Gabriel returned to the shop. He despised the British more every day. He couldn't stand their haughty presence as they walked through the market in groups in their pressed uniforms, as if they were the lords of the land. Some had come to Palestine from remote villages, simple country boys who'd shoveled cow shit in their English villages, and here in Palestine they behaved as if each of them was the son of the king of England.
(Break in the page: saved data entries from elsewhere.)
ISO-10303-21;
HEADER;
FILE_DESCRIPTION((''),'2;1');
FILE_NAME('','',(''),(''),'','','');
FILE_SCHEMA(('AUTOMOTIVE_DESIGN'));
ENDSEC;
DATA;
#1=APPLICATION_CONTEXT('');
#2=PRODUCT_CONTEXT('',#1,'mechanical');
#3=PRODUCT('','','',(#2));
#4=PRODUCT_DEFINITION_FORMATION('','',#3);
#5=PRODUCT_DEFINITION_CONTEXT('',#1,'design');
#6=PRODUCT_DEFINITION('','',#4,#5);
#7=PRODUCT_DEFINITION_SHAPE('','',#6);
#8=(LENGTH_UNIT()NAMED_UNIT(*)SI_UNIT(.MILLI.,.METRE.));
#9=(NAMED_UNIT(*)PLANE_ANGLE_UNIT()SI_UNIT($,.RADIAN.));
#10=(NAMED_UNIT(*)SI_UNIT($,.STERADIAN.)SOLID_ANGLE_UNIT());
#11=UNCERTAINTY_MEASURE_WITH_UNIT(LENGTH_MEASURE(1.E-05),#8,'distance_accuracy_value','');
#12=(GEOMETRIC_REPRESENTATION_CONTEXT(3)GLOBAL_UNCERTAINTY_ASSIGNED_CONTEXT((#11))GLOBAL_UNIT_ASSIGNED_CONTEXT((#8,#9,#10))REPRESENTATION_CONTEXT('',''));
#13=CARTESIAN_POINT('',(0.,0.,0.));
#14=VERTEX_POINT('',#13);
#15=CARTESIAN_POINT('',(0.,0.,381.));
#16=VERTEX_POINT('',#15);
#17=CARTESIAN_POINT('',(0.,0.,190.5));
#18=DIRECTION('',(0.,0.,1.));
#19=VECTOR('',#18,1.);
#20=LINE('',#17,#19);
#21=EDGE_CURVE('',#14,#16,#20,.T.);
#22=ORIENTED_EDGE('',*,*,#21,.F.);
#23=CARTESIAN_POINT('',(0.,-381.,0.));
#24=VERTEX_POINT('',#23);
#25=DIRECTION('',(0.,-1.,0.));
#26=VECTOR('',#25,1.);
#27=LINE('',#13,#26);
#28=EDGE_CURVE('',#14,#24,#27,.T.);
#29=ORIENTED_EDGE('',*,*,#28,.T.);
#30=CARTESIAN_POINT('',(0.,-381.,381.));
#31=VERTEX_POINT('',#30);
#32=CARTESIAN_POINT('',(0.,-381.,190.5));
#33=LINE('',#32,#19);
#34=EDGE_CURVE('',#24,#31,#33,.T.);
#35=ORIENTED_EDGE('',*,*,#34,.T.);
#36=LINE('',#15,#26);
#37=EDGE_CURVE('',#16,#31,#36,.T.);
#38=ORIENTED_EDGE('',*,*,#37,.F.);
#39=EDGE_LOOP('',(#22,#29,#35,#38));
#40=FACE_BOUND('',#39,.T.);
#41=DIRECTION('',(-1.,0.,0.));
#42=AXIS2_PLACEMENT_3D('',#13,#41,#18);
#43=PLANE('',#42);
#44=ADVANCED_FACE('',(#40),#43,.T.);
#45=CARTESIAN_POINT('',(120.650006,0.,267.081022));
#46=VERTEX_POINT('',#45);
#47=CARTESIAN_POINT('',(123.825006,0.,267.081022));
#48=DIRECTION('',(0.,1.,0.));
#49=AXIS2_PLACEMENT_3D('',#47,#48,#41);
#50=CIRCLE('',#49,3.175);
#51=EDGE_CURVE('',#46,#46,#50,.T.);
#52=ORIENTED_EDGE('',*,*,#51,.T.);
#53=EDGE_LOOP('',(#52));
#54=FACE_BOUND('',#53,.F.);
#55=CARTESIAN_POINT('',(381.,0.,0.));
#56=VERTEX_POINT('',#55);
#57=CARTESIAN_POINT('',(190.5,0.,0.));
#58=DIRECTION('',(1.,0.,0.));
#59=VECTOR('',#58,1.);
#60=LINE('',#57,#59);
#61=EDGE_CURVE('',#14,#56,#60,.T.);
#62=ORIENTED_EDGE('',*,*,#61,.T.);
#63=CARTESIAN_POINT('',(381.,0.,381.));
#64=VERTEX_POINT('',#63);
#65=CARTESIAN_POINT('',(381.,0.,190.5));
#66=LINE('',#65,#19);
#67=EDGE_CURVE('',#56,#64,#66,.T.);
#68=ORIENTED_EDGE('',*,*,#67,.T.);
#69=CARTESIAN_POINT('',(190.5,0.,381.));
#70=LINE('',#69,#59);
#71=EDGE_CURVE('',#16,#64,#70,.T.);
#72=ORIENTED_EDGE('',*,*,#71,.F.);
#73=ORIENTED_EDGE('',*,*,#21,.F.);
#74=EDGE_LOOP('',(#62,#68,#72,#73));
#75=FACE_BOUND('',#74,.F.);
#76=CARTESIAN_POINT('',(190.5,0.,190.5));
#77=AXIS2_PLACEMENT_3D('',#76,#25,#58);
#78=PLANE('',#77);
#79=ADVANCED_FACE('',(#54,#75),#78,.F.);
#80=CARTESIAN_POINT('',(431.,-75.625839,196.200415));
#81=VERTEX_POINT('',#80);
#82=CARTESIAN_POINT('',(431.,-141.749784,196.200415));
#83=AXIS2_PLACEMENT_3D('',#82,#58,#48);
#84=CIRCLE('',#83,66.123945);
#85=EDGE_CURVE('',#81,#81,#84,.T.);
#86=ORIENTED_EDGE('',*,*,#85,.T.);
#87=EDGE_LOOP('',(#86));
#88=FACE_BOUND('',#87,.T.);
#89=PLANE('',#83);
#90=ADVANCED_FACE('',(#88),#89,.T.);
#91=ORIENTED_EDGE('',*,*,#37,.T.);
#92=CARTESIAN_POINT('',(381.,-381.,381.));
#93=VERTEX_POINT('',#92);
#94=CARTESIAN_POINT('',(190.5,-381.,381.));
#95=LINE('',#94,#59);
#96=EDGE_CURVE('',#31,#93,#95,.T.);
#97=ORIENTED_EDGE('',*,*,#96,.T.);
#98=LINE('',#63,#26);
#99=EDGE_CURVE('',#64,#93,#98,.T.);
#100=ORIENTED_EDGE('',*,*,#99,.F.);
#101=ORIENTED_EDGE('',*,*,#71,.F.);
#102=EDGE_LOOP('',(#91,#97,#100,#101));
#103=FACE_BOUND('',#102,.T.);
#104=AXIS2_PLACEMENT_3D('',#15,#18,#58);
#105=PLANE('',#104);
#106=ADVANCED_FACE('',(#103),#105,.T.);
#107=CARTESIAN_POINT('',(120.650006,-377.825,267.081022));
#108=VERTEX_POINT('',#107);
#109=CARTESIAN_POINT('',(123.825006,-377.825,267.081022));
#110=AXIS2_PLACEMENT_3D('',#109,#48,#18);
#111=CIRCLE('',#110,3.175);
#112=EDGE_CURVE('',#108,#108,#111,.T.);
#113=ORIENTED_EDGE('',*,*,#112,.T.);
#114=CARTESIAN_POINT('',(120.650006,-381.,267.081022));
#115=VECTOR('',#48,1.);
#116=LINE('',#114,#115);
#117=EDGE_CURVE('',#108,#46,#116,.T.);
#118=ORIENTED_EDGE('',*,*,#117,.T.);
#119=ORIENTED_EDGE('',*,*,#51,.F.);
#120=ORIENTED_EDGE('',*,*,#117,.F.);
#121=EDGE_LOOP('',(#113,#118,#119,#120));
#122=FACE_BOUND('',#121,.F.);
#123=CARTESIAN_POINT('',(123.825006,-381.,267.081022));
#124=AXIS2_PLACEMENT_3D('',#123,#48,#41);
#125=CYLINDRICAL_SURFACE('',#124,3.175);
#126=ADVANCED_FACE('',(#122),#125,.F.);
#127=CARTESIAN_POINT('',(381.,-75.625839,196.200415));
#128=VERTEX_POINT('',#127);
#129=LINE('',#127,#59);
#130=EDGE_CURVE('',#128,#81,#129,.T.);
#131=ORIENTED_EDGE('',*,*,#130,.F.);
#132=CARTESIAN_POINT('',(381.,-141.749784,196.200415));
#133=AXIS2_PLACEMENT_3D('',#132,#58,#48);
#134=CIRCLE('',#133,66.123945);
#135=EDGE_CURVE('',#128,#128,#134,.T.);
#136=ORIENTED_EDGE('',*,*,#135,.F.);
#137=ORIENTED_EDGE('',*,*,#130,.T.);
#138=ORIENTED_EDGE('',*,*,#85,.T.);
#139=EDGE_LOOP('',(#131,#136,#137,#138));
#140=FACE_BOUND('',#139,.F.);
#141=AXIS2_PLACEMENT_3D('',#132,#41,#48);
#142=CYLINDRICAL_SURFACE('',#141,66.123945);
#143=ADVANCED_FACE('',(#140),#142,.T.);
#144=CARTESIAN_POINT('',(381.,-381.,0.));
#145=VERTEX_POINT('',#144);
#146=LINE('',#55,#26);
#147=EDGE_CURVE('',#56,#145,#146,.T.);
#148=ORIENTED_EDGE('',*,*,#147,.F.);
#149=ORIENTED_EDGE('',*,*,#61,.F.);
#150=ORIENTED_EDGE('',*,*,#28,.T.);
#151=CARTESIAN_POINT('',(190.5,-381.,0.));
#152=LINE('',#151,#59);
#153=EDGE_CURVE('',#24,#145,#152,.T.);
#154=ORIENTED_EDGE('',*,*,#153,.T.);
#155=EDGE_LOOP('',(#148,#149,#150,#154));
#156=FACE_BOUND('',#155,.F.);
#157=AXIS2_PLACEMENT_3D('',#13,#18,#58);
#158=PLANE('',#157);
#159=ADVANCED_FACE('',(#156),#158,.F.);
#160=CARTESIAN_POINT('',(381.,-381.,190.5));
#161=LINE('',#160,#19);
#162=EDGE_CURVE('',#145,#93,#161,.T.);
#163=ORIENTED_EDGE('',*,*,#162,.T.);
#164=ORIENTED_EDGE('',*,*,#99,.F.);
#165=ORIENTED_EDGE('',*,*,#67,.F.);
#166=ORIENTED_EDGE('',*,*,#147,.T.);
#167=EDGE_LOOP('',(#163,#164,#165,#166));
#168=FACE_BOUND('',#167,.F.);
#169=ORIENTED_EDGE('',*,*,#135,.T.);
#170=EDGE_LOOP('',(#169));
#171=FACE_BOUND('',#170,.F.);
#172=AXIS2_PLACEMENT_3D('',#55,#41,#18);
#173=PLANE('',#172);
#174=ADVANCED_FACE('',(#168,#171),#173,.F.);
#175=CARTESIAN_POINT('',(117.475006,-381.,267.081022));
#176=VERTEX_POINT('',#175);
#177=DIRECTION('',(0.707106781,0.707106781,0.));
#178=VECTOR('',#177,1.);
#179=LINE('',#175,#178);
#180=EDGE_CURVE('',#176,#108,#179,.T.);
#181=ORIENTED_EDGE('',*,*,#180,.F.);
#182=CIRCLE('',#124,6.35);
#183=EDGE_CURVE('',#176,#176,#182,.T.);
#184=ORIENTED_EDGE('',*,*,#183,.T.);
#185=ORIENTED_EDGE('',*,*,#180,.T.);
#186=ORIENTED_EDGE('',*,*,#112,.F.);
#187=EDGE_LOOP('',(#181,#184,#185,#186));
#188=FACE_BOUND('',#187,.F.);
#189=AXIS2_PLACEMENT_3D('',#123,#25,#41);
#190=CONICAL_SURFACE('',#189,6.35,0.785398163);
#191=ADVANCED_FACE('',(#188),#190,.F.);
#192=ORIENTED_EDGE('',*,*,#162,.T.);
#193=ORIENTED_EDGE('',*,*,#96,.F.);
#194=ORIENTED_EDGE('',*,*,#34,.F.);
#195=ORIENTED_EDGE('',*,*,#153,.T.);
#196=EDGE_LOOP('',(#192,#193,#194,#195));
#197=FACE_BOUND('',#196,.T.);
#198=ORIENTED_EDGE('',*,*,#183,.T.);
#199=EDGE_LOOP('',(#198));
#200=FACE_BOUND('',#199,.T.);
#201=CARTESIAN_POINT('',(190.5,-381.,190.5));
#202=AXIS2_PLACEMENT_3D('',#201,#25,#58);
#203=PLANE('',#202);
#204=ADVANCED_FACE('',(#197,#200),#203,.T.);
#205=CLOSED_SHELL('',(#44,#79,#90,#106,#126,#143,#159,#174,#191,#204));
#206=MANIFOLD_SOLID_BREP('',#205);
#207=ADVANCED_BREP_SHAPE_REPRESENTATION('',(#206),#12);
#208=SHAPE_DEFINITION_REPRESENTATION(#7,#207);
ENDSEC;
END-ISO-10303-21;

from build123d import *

# Parameters (mm, degrees)
F0_W           = 381
F0_H           = 381
F1_DEPTH       = 381
F3_D           = 6.35
F3_CSINK_D     = 12.7
F3_CSINK_ANGLE = 90
F4_R           = 66.123945
F5_DEPTH       = 50


with BuildPart() as f1:
    # F0 (on Front) → F1 (new body)
    with BuildSketch(Plane.XZ):
        with Locations((190.5, 190.5)):
            Rectangle(F0_W, F0_H)
    extrude(amount=F1_DEPTH)

    # F3 (through all)
    with Locations(Plane.XZ.offset(381)):
        with Locations((123.825006, 267.081022)):
            CounterSinkHole(F3_D / 2, F3_CSINK_D / 2, counter_sink_angle=F3_CSINK_ANGLE)

    # F4 (on face) → F5 (join)
    with BuildSketch(Plane.YZ.offset(381)):
        with Locations((-141.749784, 196.200415)):
            Circle(F4_R)
    extrude(amount=F5_DEPTH)


solid = f1.part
But how long could this situation continue? There was a war in Europe, Nazi Germany had invaded Poland, and yet in Palestine it was business as usual. How long will we go on burying our heads in the sand? he wondered. It's lucky there are people volunteering to fight the Germans, just as it's lucky there are people trying to drive the British out of Palestine.
No, he didn't mean those Stern bandits, but the good people of the Haganah. He knew that half the people in Ohel Moshe supported the Etzel and Stern's Lehi underground organizations, but there was another half, people like him, who supported the more moderate Haganah. He didn't believe in an eye for an eye, a tooth for a tooth. He believed in words.
*Â Â Â *Â Â Â *
A letter from America had finally arrived. Rosa couldn't contain herself and ran to the shop so that Gabriel could read it for her. Nissim, who went by Nick in America, wrote that he's doing very well in the “shmattes business,” and thank God, because his eldest son will soon be married and his family is growing. And how is everybody in Jerusalem? he wanted to know. How is her husband Gabriel and how are her daughters? How is Ephraim and what is he up to these days? Is he working in Gabriel's shop or has he opened one of his own? And following the letter a big package will be coming by sea with clothes for her from his factory, so she'll see how well he's doing, and clothes for the girls and her husband, may he be healthy, and also for Ephraim who was a little boy when Nissim fled to America, and now he's a man and surely has a wife and children.
Rosa's heart lurched. It had been two years since the British police took her to the Russian Compound for questioning, and she hadn't heard a word from Ephraim. She didn't have anybody to talk to about him. Gabriel had only to hear his name and he'd get angry. He didn't like the Lehi. When they'd tried to kill Morton, a British CID officer, on Yael Street in Tel Aviv and instead killed Schiff, a Jewish police officer, Gabriel was so incensed that she covered her ears to protect herself from his virulent words. “They're killing Jews as well, they have no limits! They should all be thrown into Acre Jail, all of them! They're not Jews, these people. Jews don't behave like that!”
If only she could see Ephraim just once, to hear that everything's all right. There were rumors that Yitzhako, Sara Laniado's son from Sukkat Shalom, was also with Stern's people. Perhaps his mother knew something.
That afternoon she went to Senora Laniado's house and knocked on the door.